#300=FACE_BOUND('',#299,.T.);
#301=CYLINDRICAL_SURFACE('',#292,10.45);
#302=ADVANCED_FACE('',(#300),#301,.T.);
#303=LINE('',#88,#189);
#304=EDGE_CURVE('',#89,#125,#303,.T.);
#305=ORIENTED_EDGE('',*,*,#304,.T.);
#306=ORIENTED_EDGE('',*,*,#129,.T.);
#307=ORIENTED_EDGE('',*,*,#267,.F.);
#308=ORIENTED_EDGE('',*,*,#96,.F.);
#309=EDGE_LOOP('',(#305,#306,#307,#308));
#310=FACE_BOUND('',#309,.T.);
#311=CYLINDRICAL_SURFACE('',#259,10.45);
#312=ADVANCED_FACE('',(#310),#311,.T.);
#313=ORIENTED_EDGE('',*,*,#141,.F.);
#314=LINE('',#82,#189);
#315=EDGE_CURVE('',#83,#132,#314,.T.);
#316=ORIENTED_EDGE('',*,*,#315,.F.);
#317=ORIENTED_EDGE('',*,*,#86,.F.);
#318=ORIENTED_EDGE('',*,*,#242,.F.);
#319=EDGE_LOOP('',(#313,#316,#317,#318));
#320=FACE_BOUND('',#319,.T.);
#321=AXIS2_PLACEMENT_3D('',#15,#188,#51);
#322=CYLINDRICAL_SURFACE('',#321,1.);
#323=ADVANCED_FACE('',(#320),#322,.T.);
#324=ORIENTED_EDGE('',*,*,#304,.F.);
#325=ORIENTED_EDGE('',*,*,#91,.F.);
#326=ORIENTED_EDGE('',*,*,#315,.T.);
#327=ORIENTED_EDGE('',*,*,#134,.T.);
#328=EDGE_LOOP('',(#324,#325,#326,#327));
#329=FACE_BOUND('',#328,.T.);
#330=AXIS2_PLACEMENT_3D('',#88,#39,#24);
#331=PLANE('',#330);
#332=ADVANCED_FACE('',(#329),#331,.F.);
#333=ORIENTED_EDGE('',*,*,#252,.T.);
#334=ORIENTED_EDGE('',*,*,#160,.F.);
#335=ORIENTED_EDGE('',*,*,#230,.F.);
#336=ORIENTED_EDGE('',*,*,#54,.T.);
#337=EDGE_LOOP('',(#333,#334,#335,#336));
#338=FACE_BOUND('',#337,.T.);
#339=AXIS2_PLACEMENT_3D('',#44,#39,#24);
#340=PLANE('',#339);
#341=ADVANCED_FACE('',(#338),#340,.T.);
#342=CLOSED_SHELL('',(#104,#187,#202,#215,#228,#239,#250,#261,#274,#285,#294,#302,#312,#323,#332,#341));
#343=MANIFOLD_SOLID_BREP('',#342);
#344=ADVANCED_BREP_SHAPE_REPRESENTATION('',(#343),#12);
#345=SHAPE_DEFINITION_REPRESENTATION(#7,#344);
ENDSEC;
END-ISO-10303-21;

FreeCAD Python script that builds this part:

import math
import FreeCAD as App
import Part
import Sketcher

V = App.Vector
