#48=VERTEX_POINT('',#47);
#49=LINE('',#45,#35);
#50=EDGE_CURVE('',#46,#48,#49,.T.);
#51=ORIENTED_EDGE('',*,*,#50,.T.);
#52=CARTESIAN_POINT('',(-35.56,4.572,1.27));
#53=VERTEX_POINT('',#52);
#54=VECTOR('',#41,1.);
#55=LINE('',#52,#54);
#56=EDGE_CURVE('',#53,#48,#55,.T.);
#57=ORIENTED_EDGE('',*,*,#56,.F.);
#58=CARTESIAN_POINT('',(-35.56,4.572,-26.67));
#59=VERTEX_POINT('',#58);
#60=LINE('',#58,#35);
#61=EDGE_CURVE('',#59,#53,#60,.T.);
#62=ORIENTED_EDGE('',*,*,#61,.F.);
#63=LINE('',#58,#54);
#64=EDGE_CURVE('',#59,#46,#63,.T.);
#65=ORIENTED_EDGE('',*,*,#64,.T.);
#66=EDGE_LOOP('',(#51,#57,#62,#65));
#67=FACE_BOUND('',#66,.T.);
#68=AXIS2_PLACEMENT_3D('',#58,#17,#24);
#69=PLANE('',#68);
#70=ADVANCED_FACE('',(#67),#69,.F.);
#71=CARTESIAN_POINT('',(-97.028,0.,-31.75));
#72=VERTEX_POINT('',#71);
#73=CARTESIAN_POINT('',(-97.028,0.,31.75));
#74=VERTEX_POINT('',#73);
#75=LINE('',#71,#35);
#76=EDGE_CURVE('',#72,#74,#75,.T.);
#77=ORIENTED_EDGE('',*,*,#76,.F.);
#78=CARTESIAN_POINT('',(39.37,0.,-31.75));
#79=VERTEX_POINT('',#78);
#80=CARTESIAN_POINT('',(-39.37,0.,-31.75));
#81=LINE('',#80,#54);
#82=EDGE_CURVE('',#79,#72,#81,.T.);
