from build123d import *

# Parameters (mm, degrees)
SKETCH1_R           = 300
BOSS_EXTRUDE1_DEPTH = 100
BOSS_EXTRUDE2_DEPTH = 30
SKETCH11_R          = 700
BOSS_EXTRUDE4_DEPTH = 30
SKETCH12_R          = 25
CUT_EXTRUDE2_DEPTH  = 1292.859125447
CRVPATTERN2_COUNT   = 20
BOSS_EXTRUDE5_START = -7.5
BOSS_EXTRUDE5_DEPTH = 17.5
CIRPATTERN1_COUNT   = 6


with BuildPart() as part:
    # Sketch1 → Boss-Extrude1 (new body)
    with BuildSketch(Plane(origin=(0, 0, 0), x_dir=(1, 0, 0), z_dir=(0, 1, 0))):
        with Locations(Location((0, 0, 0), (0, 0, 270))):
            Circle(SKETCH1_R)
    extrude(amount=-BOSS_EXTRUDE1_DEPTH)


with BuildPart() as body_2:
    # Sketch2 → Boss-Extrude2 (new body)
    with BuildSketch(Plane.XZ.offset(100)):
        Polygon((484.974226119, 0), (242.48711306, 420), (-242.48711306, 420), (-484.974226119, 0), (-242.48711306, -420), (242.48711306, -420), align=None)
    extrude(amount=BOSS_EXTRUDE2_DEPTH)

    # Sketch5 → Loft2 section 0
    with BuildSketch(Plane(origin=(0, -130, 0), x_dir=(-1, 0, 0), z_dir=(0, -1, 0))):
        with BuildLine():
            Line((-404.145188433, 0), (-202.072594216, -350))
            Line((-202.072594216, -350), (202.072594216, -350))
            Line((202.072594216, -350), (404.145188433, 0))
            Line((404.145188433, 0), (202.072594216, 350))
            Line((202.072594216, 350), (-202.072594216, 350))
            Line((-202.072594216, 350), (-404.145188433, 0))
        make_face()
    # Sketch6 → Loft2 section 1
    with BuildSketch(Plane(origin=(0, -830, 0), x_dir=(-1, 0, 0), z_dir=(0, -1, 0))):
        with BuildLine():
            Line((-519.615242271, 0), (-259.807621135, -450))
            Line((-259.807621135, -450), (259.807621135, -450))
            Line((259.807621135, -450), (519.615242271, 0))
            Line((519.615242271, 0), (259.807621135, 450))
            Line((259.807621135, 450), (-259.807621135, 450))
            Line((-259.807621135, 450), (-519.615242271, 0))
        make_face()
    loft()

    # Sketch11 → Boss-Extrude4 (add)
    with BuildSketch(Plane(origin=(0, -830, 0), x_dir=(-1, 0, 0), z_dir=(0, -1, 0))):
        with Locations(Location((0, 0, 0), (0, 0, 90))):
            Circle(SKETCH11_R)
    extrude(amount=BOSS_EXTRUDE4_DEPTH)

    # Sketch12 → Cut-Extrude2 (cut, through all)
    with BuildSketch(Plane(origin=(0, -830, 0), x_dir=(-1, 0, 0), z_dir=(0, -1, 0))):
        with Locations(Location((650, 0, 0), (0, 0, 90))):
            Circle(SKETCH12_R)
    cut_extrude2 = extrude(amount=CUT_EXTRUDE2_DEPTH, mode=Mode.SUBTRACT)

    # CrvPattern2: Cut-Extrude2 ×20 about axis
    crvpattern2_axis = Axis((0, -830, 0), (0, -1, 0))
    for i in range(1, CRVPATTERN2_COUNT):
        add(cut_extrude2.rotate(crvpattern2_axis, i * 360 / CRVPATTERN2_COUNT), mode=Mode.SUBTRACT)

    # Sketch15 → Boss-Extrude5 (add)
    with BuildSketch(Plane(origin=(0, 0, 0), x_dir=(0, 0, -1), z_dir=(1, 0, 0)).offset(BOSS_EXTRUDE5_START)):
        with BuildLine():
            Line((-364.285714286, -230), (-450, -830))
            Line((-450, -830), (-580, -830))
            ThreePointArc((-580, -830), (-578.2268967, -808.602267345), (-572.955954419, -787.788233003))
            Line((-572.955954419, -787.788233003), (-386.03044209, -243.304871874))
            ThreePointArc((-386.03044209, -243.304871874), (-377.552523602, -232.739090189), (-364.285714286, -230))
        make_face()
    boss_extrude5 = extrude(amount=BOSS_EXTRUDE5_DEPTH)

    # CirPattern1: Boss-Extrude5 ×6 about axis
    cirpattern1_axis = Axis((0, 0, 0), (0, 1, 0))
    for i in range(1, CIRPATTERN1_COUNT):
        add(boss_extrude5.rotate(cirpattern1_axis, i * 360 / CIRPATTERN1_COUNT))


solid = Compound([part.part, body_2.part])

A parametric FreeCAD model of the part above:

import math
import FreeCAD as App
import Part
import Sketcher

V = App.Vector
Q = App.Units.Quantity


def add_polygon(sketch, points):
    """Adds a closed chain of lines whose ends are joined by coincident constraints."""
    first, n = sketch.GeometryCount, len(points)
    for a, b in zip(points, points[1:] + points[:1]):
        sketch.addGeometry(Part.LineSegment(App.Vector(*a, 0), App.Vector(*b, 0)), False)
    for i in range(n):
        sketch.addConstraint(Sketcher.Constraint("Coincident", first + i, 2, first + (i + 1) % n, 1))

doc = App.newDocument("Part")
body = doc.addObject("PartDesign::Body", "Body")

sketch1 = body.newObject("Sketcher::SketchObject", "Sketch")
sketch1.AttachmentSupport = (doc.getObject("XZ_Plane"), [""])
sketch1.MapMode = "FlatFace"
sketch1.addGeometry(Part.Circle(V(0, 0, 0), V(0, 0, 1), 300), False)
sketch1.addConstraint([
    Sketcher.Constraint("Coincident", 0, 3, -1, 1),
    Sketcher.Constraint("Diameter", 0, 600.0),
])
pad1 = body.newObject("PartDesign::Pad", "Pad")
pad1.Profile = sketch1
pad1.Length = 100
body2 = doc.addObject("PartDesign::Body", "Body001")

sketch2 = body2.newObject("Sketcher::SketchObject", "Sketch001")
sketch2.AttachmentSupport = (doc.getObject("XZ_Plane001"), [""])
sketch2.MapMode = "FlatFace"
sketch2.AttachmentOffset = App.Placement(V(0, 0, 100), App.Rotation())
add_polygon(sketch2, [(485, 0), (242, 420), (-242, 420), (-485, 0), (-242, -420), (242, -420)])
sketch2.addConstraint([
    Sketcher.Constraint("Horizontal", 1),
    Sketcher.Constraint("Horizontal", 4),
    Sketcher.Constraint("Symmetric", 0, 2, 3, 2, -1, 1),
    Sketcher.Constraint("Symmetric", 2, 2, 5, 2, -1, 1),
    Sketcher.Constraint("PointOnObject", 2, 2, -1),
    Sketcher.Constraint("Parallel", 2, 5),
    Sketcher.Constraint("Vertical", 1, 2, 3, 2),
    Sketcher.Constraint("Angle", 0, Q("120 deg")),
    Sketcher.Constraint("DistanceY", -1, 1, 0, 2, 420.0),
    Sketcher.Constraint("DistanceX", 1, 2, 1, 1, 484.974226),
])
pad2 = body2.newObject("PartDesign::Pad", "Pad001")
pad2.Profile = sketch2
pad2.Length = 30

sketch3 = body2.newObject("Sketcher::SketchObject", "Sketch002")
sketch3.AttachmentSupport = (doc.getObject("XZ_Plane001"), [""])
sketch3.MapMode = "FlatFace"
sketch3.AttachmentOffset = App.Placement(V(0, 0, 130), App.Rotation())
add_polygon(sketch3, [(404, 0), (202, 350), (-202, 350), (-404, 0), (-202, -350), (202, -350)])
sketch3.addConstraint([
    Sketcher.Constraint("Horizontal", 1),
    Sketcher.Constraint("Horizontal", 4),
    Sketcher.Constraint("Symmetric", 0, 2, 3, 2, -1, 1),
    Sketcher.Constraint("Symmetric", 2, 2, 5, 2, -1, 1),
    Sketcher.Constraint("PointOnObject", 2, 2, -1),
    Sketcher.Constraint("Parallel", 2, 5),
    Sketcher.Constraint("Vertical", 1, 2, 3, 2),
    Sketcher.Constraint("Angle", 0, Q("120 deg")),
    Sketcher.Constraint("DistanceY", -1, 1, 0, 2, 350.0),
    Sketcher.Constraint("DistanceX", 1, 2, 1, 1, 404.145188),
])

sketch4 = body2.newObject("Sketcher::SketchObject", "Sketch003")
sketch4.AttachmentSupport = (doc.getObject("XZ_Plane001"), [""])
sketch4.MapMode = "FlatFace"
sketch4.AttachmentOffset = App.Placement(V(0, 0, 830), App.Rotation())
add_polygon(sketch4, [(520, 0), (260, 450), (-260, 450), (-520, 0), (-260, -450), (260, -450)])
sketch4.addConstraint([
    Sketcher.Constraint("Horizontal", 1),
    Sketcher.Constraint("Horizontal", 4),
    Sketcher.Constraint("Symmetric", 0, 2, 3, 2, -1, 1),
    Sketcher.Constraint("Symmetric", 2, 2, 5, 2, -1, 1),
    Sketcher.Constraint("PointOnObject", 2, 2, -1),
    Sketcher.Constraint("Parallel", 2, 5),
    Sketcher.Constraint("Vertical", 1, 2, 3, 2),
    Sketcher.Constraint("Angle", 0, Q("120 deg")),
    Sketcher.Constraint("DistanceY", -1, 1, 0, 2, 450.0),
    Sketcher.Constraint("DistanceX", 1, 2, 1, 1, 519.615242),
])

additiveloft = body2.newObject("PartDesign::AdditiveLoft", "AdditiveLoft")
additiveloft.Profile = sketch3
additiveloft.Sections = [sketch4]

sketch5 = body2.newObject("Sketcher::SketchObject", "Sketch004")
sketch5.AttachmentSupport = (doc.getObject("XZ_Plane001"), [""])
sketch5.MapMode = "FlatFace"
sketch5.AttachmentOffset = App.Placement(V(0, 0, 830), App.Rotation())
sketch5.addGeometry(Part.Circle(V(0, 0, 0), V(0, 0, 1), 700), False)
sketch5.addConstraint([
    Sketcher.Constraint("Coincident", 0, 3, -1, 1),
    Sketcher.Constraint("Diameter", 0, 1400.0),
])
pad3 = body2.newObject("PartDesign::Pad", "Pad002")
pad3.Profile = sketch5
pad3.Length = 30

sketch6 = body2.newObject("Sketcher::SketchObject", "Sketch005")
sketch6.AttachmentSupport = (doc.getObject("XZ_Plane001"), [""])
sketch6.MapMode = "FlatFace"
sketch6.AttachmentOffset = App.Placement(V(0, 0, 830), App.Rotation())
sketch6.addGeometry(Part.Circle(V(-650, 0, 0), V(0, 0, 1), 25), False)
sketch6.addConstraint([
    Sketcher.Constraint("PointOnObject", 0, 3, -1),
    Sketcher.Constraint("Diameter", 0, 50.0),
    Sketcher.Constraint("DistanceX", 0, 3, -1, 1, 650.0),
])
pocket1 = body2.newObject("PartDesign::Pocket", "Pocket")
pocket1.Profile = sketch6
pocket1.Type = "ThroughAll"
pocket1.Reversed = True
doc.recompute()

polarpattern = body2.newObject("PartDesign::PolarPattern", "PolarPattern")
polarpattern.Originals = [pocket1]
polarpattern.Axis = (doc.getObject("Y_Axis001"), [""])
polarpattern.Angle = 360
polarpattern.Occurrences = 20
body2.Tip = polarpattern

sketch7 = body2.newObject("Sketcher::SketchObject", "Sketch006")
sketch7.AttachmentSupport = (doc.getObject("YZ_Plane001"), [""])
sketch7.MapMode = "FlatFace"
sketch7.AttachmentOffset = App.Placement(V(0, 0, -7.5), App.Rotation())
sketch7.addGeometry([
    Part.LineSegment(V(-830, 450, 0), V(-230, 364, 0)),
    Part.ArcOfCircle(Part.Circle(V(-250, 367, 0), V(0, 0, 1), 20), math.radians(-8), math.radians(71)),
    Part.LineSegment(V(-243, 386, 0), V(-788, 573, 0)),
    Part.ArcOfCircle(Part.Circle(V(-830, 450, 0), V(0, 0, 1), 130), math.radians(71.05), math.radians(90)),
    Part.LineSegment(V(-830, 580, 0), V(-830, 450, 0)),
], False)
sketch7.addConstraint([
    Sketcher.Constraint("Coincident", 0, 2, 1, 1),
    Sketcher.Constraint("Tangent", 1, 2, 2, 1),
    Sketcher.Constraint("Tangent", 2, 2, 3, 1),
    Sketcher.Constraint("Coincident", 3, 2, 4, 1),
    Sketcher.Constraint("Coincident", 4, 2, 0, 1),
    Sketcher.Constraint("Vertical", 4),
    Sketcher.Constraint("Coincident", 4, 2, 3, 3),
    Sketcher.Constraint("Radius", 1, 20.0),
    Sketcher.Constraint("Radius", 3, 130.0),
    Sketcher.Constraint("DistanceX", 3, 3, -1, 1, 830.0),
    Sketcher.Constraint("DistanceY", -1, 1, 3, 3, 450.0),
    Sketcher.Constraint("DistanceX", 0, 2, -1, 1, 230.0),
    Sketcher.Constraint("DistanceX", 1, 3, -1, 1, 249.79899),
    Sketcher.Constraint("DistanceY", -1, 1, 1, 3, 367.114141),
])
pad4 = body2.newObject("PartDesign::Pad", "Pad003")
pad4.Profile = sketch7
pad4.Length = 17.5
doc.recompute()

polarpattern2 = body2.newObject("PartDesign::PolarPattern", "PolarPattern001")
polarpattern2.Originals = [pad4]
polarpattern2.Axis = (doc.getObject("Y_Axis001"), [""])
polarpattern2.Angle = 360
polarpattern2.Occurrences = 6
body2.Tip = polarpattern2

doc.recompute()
_ _ _
Your objective: Look back at the entries above. Retype the line with "Circle(SKETCH12_R)", the line with "A parametric FreeCAD", and all lines in between.

Exercise response:
            Circle(SKETCH12_R)
    cut_extrude2 = extrude(amount=CUT_EXTRUDE2_DEPTH, mode=Mode.SUBTRACT)

    # CrvPattern2: Cut-Extrude2 ×20 about axis
    crvpattern2_axis = Axis((0, -830, 0), (0, -1, 0))
    for i in range(1, CRVPATTERN2_COUNT):
        add(cut_extrude2.rotate(crvpattern2_axis, i * 360 / CRVPATTERN2_COUNT), mode=Mode.SUBTRACT)

    # Sketch15 → Boss-Extrude5 (add)
    with BuildSketch(Plane(origin=(0, 0, 0), x_dir=(0, 0, -1), z_dir=(1, 0, 0)).offset(BOSS_EXTRUDE5_START)):
        with BuildLine():
            Line((-364.285714286, -230), (-450, -830))
            Line((-450, -830), (-580, -830))
            ThreePointArc((-580, -830), (-578.2268967, -808.602267345), (-572.955954419, -787.788233003))
            Line((-572.955954419, -787.788233003), (-386.03044209, -243.304871874))
            ThreePointArc((-386.03044209, -243.304871874), (-377.552523602, -232.739090189), (-364.285714286, -230))
        make_face()
    boss_extrude5 = extrude(amount=BOSS_EXTRUDE5_DEPTH)

    # CirPattern1: Boss-Extrude5 ×6 about axis
    cirpattern1_axis = Axis((0, 0, 0), (0, 1, 0))
    for i in range(1, CIRPATTERN1_COUNT):
        add(boss_extrude5.rotate(cirpattern1_axis, i * 360 / CIRPATTERN1_COUNT))


solid = Compound([part.part, body_2.part])

A parametric FreeCAD model of the part above:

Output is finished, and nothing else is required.